Maria Cecília de Souza Minayo, Editora-chefe da Revista Ciência & Saúde Coletiva, Rio de Janeiro, RJ, Brasil
Luiza Gualhano, Editora assistente da Revista Ciência & Saúde Coletiva, Rio de Janeiro, RJ, Brasil
A participação no Golpe de 1964 de profissionais de saúde, particularmente de médicos, ainda é pouco estudada; nesse sentido, a Ciência & Saúde Coletiva dedicou a edição de outubro de 2024 à discussão da ditadura cívico-militar do ponto de vista da saúde.
Em Doutores da ditadura: médicos e violação dos direitos humanos no Brasil (1964-1985) César Guerra Chevrand e Gilberto Hochman (2024) trazem à luz informações preciosas sobre o tema. Segundo os autores, durante a ditadura cívico-militar, um número expressivo de médicos contribuiu com seus conhecimentos técnico-científicos e suas posições institucionais para a repressão aos opositores do regime, de forma estratégica, organizada e sistemática.
Eles tiveram um papel importante nos interrogatórios aos presos políticos, nas torturas físicas e psicológicas e no encobrimento das violações aos direitos humanos. Mais do que colaboração, tais práticas revelam a inegável inserção dessa categoria nas engrenagens da violência de Estado.O artigo cobre de forma minuciosa o sofrimento que os repressores infligiam aos presos políticos, acobertados e assessorados por médicos e psicólogos que avaliavam a resistência dos presos às dores e agressões psicológicas e morais – para continuar torturando-os – muitas vezes levando-os à morte.
As principais fontes a que os autores recorreram para escrever seu texto são documentos do Projeto Brasil Nunca Mais, o relatório final da Comissão Nacional da Verdade (CNV, 2014) e relatórios de comissões estaduais da verdade. Neles, encontra-se uma participação variada: assistência às sessões de interrogatórios e tortura nas dependências policiais, militares e clandestinas, omissão de socorro, cuidado negligente às vítimas e emissão de laudos médicos, necroscópicos e atestados de óbito fraudulentos.
O envolvimento do conhecimento técnico-científico dos profissionais de saúde na tortura pode ser considerado um processo de modernização da repressão que, se vem acompanhando a história da violência no Brasil desde sua descoberta, se acirrou na ditadura por meio da assessoria de agências do governo dos Estados Unidos a polícias estaduais e a militares brasileiras (Mota, 2010).
A Comissão Nacional da Verdade (CNV), em seu relatório final divulgado em dezembro de 2014, identificou 377 nomes de civis e militares que, comprovadamente por testemunhos, documentos e investigações, foram considerados autores de graves violações de direitos humanos, como mandantes ou perpetradores. Dos quais, 51 médicos, 15% do total (CNV, 2014). No artigo em pauta, os autores expõem vários nomes de médicos envolvidos “na morte e no desaparecimento de 117 do total de 434 pessoas listadas no relatório, ou seja, em cerca de ¼ das vítimas reconhecidas pela CNV” (Chevrand, 2021).
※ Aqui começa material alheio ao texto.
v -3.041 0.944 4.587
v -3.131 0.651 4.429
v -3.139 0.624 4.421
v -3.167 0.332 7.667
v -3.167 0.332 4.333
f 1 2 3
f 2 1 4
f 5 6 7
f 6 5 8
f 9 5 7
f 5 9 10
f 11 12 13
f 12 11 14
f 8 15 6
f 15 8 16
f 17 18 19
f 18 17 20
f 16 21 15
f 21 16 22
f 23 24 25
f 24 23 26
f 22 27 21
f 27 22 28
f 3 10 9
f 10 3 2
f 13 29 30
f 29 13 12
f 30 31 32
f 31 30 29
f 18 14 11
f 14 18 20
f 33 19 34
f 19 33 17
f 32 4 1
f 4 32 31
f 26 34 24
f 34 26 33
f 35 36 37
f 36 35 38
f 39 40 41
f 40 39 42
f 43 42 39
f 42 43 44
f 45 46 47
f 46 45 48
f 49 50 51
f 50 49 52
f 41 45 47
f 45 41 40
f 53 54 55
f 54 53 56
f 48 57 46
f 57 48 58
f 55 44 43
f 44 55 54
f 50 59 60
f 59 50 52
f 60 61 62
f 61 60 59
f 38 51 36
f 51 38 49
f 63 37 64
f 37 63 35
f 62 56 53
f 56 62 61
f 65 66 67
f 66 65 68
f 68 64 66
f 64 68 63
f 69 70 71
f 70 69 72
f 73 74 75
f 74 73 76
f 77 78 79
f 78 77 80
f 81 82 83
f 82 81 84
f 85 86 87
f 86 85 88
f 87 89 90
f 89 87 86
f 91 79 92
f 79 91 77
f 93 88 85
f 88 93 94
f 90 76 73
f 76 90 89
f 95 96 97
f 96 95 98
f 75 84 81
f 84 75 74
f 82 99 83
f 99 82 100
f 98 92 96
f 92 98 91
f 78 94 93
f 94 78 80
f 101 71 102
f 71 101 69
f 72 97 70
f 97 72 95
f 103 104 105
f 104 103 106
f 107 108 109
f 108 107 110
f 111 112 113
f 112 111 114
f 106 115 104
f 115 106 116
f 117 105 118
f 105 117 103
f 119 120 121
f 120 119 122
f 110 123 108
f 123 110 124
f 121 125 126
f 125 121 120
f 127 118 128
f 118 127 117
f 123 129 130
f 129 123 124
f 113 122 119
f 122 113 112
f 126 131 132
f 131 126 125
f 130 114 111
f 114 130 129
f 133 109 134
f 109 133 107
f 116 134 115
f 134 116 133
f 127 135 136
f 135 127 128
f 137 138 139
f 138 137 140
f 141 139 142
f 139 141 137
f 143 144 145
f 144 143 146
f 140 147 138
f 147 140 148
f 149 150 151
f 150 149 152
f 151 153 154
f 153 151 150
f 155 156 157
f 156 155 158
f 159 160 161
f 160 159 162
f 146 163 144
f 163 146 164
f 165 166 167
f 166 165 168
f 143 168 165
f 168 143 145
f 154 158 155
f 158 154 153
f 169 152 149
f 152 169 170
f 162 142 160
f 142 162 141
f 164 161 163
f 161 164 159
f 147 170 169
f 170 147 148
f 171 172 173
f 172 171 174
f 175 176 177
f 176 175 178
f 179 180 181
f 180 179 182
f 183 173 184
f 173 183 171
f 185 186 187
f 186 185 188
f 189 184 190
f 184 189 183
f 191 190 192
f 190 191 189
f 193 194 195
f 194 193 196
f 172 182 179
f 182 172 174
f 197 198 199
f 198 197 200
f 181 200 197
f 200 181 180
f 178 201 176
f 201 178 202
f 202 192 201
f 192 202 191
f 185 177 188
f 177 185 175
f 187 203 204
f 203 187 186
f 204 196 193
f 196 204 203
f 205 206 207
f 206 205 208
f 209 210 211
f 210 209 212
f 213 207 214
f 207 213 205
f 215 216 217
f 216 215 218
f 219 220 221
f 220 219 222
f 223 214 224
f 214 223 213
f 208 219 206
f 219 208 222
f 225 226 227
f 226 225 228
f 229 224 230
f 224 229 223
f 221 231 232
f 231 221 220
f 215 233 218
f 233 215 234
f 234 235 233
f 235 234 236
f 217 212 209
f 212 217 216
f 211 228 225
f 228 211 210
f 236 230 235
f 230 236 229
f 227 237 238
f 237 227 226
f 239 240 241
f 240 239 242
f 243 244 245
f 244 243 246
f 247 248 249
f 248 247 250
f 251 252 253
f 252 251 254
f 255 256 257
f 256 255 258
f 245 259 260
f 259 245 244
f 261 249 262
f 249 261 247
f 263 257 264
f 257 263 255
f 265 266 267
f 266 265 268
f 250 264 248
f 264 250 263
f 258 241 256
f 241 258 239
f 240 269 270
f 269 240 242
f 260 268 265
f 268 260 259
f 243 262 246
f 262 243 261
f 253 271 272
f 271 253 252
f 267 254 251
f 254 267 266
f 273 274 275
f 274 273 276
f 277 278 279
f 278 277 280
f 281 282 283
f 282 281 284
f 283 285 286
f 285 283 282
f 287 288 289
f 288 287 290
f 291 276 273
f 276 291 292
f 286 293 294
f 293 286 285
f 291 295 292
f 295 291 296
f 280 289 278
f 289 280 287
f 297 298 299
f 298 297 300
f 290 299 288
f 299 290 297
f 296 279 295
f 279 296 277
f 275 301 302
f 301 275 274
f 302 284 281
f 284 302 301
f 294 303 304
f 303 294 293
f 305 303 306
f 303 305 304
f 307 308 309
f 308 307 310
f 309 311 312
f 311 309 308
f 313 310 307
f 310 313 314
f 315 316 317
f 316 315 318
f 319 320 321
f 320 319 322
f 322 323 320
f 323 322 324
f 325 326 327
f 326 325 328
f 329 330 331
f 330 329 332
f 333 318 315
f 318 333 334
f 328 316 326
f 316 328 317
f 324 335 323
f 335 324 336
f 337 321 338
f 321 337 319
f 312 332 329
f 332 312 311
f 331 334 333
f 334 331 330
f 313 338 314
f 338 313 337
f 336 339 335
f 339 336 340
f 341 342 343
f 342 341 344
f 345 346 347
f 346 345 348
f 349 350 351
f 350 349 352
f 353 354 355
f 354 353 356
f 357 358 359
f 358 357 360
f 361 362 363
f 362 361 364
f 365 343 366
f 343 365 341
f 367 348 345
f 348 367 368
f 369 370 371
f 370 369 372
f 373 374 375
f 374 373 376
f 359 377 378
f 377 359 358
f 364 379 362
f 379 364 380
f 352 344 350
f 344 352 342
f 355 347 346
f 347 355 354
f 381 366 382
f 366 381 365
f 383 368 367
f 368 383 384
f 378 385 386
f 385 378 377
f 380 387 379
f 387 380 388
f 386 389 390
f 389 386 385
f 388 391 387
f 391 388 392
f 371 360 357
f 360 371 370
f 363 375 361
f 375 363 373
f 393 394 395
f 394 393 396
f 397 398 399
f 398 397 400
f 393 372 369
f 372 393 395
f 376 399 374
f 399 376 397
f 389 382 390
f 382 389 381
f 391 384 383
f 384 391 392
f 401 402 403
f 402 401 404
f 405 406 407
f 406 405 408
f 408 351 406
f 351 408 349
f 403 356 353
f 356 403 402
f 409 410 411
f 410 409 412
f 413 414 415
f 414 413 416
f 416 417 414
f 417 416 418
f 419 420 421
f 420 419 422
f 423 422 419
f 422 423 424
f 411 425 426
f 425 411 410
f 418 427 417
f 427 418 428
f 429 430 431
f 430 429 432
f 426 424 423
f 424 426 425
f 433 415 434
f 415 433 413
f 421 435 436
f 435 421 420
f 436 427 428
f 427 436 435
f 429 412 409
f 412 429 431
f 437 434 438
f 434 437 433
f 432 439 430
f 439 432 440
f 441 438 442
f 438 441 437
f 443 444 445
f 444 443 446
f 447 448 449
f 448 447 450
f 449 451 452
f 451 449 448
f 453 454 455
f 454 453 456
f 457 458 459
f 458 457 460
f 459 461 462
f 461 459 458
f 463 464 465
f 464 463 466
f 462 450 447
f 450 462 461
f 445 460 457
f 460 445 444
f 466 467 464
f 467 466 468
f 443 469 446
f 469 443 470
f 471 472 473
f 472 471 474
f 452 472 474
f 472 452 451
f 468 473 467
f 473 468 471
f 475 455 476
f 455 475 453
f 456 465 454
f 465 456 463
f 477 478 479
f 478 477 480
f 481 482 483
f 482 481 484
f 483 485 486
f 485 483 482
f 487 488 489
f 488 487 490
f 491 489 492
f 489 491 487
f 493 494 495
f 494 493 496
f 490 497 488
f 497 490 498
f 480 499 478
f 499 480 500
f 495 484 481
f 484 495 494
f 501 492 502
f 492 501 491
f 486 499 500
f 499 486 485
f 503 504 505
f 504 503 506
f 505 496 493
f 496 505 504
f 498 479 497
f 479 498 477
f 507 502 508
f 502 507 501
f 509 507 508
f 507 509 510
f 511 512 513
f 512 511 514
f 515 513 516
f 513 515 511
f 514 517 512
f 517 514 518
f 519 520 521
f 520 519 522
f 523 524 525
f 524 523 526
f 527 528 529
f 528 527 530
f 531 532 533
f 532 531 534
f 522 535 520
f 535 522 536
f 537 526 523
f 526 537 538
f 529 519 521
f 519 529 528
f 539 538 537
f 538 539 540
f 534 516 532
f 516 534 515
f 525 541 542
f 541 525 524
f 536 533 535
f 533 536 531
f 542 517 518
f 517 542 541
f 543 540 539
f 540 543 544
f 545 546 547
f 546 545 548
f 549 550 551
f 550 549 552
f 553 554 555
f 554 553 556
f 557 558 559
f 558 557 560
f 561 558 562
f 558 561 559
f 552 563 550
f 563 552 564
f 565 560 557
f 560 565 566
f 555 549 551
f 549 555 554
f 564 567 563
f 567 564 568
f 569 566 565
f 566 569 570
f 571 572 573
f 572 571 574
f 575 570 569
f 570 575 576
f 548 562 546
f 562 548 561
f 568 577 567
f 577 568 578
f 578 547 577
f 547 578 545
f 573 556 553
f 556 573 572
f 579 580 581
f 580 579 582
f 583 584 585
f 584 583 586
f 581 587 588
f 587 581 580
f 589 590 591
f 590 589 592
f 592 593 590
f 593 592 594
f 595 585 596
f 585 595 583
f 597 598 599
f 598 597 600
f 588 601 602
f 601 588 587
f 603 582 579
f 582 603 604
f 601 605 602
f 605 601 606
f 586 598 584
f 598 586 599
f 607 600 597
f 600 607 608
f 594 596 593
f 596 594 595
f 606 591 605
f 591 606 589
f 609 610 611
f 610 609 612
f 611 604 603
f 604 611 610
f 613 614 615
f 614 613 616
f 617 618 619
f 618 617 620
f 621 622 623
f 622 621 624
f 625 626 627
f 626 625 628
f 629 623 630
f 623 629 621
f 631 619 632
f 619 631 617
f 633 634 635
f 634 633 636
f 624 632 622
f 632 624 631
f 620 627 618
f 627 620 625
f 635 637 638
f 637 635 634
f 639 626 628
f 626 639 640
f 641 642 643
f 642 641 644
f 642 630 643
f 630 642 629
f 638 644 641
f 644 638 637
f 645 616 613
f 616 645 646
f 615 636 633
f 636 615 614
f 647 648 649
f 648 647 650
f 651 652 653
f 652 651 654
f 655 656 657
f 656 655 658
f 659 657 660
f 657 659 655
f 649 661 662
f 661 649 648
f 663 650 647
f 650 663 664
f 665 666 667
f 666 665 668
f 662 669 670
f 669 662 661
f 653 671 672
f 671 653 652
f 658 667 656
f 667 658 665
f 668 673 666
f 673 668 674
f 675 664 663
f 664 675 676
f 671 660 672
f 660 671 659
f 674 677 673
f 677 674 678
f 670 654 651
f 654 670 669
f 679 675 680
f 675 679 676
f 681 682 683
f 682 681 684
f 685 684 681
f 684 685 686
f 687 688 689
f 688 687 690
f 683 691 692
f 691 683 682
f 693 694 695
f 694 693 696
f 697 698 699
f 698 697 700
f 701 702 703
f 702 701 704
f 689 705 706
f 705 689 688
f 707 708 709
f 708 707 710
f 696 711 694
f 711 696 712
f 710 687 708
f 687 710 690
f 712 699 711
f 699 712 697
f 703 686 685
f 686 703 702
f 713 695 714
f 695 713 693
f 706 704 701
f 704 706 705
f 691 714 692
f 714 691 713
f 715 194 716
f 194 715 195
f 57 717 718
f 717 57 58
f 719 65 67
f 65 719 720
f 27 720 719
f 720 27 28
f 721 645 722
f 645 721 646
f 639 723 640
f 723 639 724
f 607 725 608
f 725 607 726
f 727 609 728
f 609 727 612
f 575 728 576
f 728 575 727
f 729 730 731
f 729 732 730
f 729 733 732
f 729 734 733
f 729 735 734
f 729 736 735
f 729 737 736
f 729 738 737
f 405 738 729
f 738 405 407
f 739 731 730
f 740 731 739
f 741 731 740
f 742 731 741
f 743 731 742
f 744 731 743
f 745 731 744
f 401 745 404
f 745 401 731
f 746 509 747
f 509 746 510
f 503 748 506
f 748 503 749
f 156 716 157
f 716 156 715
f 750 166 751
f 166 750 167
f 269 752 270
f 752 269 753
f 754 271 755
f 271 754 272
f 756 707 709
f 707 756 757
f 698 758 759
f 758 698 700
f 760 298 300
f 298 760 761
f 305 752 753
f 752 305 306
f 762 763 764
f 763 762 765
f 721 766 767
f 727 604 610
Os saberes e práticas médicas foram mais relevantes nos governos repressivos de Médici (1969-1974) e em parte do mandato de Geisel (1974-1978). Dizem os autores: “A relação direta entre o recrudescimento do regime e o aumento dos crimes em que médicos estiveram implicados sugere que esses profissionais foram mais requisitados à medida que a prática da tortura e o assassinato de opositores do regime, armados ou não, se tornavam política de Estado” (Chevrand; Hochman, 2024).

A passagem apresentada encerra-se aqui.